▶ [What is required]:
Would you please copy the part of the material below that opens with the line containing "f 101 108 107" and closes with the line containing "f 125 146 123"? Copy it exactly, and only it.

▶ [Data to process]:

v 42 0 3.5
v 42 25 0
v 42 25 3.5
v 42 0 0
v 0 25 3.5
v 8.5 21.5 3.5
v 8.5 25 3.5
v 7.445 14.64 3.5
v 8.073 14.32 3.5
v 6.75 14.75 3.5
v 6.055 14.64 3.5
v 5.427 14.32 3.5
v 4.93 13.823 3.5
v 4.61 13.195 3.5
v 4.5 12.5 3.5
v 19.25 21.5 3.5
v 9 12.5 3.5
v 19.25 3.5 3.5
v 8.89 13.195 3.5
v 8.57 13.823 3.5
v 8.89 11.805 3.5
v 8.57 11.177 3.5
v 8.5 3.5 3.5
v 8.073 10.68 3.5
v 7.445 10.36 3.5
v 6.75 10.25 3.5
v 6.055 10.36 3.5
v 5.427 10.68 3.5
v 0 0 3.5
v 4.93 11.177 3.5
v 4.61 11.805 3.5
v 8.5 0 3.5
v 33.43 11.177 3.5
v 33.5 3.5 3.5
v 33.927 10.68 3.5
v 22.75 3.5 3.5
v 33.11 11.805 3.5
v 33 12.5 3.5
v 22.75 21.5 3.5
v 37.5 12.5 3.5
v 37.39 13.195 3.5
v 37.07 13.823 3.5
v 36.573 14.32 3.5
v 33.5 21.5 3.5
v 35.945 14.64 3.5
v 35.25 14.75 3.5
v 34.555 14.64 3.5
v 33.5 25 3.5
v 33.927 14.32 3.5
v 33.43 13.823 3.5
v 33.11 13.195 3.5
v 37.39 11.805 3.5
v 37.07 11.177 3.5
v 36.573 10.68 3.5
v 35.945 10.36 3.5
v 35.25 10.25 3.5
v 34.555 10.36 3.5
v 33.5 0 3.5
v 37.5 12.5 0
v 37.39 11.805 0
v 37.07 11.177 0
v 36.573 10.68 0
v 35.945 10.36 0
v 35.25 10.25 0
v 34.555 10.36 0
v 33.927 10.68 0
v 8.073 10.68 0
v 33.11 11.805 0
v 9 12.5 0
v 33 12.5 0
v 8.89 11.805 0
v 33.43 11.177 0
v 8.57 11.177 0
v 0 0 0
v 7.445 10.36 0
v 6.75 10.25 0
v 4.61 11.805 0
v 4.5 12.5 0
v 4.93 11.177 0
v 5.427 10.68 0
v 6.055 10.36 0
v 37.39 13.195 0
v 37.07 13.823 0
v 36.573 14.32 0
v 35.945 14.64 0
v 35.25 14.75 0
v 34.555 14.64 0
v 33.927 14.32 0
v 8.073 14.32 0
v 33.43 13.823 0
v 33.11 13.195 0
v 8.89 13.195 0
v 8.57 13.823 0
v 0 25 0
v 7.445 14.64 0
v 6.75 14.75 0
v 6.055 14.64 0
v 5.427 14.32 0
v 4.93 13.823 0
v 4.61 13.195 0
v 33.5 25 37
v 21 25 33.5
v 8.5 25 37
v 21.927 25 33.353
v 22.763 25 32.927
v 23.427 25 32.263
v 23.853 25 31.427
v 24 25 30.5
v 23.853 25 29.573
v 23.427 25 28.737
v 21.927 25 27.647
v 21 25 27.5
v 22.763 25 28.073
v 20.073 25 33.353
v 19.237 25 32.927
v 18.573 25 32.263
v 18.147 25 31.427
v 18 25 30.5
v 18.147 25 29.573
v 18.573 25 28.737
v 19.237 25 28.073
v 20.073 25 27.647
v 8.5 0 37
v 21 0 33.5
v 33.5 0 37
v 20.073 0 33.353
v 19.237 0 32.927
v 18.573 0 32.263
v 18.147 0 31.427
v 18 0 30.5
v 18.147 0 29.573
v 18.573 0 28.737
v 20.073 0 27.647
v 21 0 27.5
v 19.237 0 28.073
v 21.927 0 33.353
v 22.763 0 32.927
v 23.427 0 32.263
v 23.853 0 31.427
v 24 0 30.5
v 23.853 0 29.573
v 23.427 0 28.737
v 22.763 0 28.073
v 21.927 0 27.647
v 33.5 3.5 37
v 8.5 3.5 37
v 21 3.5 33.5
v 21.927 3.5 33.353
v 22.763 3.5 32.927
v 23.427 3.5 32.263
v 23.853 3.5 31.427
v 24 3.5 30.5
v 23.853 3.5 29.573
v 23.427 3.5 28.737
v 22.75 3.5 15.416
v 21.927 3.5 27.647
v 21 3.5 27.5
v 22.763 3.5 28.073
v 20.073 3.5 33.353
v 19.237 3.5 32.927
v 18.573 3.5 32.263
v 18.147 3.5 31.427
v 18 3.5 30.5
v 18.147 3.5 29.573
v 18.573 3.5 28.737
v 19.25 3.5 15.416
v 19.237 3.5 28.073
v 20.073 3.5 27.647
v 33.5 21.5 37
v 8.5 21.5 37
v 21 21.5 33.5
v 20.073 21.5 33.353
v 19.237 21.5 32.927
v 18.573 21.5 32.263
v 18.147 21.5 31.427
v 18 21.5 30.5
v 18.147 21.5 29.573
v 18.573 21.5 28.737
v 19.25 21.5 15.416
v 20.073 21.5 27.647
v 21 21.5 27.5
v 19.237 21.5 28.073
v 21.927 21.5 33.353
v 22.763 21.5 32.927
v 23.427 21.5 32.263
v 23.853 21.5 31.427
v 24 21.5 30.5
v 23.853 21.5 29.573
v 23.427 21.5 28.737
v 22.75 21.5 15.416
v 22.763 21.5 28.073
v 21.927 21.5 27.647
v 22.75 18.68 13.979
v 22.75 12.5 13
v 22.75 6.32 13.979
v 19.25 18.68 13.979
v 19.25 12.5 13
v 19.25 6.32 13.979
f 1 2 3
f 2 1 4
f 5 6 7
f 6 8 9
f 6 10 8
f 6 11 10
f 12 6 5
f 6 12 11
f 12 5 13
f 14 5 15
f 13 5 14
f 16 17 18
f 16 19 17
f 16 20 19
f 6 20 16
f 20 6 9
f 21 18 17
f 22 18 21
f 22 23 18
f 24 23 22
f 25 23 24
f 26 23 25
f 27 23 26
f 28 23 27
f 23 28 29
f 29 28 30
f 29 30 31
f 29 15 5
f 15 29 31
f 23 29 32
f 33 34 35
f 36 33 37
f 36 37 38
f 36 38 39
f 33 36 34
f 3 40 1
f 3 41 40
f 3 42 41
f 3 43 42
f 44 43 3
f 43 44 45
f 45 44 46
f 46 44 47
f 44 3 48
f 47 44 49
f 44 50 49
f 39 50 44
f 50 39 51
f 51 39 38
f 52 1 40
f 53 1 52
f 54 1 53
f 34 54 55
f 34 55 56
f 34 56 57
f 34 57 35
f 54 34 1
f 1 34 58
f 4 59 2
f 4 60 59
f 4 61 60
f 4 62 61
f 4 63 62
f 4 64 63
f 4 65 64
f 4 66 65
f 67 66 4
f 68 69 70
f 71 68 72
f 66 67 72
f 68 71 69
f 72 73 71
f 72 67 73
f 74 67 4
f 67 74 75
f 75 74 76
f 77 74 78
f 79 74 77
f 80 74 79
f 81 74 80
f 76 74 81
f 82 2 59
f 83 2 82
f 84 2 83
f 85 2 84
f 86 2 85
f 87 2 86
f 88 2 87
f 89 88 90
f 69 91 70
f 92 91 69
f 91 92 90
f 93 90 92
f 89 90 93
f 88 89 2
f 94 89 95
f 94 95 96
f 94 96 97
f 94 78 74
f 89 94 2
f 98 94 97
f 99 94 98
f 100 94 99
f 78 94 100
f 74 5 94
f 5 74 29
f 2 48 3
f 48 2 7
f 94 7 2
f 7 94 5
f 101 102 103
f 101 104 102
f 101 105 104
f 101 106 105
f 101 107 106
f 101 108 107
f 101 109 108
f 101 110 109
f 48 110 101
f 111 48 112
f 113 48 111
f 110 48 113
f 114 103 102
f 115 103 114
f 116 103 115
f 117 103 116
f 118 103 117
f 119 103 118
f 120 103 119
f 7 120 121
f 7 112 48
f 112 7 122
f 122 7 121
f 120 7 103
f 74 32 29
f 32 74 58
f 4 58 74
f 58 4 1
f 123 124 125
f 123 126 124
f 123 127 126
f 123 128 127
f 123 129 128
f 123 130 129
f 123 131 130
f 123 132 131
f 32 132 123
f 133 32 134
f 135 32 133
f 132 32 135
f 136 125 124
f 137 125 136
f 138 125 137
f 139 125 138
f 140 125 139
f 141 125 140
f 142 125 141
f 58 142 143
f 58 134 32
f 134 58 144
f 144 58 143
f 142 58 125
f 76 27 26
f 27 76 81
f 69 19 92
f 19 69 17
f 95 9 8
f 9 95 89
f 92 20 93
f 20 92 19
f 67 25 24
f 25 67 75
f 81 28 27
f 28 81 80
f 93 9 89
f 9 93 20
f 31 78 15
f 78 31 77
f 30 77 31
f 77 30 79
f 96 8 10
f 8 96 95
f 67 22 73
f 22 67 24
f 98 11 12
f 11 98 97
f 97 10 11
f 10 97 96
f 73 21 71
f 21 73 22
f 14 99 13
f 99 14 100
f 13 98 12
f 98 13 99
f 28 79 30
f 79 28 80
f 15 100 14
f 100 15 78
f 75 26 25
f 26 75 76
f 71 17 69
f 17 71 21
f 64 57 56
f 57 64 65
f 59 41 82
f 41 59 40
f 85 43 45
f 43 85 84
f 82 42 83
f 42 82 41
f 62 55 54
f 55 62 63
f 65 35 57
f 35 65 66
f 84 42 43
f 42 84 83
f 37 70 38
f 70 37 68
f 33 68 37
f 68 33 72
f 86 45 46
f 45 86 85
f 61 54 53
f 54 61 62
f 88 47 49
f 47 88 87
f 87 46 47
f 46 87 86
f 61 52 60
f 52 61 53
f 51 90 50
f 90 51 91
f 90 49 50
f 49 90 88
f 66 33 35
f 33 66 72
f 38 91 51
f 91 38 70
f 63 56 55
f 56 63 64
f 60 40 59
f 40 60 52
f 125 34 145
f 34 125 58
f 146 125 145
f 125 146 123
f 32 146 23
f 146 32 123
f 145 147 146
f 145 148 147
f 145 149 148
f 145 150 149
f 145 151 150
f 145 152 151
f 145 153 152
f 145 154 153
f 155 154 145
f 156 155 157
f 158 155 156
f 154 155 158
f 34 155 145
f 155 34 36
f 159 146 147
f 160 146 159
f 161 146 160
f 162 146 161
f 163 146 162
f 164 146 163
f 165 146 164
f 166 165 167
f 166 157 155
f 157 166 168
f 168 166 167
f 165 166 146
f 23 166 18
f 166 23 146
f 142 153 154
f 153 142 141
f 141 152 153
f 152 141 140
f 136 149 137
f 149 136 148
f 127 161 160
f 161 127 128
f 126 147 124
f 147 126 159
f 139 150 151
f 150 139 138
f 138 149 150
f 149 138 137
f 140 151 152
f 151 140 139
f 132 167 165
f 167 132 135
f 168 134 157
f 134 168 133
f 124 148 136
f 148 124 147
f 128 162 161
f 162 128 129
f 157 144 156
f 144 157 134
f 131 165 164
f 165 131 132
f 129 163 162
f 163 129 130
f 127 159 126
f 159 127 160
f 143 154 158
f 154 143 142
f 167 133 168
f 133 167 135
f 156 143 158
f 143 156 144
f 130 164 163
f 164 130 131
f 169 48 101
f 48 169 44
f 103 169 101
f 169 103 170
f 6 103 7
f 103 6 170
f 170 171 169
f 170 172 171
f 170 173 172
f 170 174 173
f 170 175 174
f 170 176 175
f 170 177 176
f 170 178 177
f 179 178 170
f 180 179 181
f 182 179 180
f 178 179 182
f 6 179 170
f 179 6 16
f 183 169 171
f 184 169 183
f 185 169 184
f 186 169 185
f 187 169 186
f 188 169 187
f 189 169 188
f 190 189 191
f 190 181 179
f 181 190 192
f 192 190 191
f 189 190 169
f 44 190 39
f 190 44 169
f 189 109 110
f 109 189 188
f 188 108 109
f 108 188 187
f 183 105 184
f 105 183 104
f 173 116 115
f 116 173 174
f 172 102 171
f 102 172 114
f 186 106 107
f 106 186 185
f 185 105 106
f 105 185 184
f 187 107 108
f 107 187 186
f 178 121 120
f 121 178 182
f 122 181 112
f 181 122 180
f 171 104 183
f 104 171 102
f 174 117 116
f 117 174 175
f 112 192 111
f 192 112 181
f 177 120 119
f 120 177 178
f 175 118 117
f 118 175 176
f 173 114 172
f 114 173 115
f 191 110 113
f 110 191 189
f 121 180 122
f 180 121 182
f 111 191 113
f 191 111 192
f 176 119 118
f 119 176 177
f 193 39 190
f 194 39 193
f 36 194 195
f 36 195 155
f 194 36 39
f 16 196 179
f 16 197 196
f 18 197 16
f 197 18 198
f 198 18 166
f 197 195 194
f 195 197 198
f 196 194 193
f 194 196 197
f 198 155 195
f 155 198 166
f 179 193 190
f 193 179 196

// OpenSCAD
$fn = 20;

wall_d = 3.5;

x1 = 42;
y1 = 25;


x2 = 25;
z2 = 37;

cross_h = 15 + wall_d;

arm_offset_x = (x1 - x2)*0.5;

arm_offset_y = (y1 - wall_d);

base_hole_d = 4.5;

top_hole_d = 6;

base_hole_offset = 4.5 + 0.5 * base_hole_d;

top_hole_offset = 27.5 + 0.5 * top_hole_d;

module base() {
  difference() {
    cube([x1, y1, wall_d]);
    translate([base_hole_offset, 0.5*y1, 0]) cylinder(d=base_hole_d, h=wall_d);
    translate([x1-base_hole_offset, 0.5*y1, 0]) cylinder(d=base_hole_d, h=wall_d);
  }

}

module arm() {
    difference() {
      translate([arm_offset_x, 0, 0]) cube([x2, wall_d, z2]);
      translate([0.5 * x1, -wall_d, top_hole_offset]) rotate([-90, 0, 0]) cylinder(d=top_hole_d, h=wall_d*3);
    }
}

module cross_section() {
  translate([0.5*(x1-wall_d), 0, 0]) difference() {
    cube([wall_d, y1, cross_h]);
    translate([0, y1*0.5, 33]) rotate([0, 90, 0]) cylinder(d=40, h=wall_d);
  }
}

base();

arm();
translate([0, arm_offset_y, 0]) arm();

cross_section();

▶ [Exercise result]:
f 101 108 107
f 101 109 108
f 101 110 109
f 48 110 101
f 111 48 112
f 113 48 111
f 110 48 113
f 114 103 102
f 115 103 114
f 116 103 115
f 117 103 116
f 118 103 117
f 119 103 118
f 120 103 119
f 7 120 121
f 7 112 48
f 112 7 122
f 122 7 121
f 120 7 103
f 74 32 29
f 32 74 58
f 4 58 74
f 58 4 1
f 123 124 125
f 123 126 124
f 123 127 126
f 123 128 127
f 123 129 128
f 123 130 129
f 123 131 130
f 123 132 131
f 32 132 123
f 133 32 134
f 135 32 133
f 132 32 135
f 136 125 124
f 137 125 136
f 138 125 137
f 139 125 138
f 140 125 139
f 141 125 140
f 142 125 141
f 58 142 143
f 58 134 32
f 134 58 144
f 144 58 143
f 142 58 125
f 76 27 26
f 27 76 81
f 69 19 92
f 19 69 17
f 95 9 8
f 9 95 89
f 92 20 93
f 20 92 19
f 67 25 24
f 25 67 75
f 81 28 27
f 28 81 80
f 93 9 89
f 9 93 20
f 31 78 15
f 78 31 77
f 30 77 31
f 77 30 79
f 96 8 10
f 8 96 95
f 67 22 73
f 22 67 24
f 98 11 12
f 11 98 97
f 97 10 11
f 10 97 96
f 73 21 71
f 21 73 22
f 14 99 13
f 99 14 100
f 13 98 12
f 98 13 99
f 28 79 30
f 79 28 80
f 15 100 14
f 100 15 78
f 75 26 25
f 26 75 76
f 71 17 69
f 17 71 21
f 64 57 56
f 57 64 65
f 59 41 82
f 41 59 40
f 85 43 45
f 43 85 84
f 82 42 83
f 42 82 41
f 62 55 54
f 55 62 63
f 65 35 57
f 35 65 66
f 84 42 43
f 42 84 83
f 37 70 38
f 70 37 68
f 33 68 37
f 68 33 72
f 86 45 46
f 45 86 85
f 61 54 53
f 54 61 62
f 88 47 49
f 47 88 87
f 87 46 47
f 46 87 86
f 61 52 60
f 52 61 53
f 51 90 50
f 90 51 91
f 90 49 50
f 49 90 88
f 66 33 35
f 33 66 72
f 38 91 51
f 91 38 70
f 63 56 55
f 56 63 64
f 60 40 59
f 40 60 52
f 125 34 145
f 34 125 58
f 146 125 145
f 125 146 123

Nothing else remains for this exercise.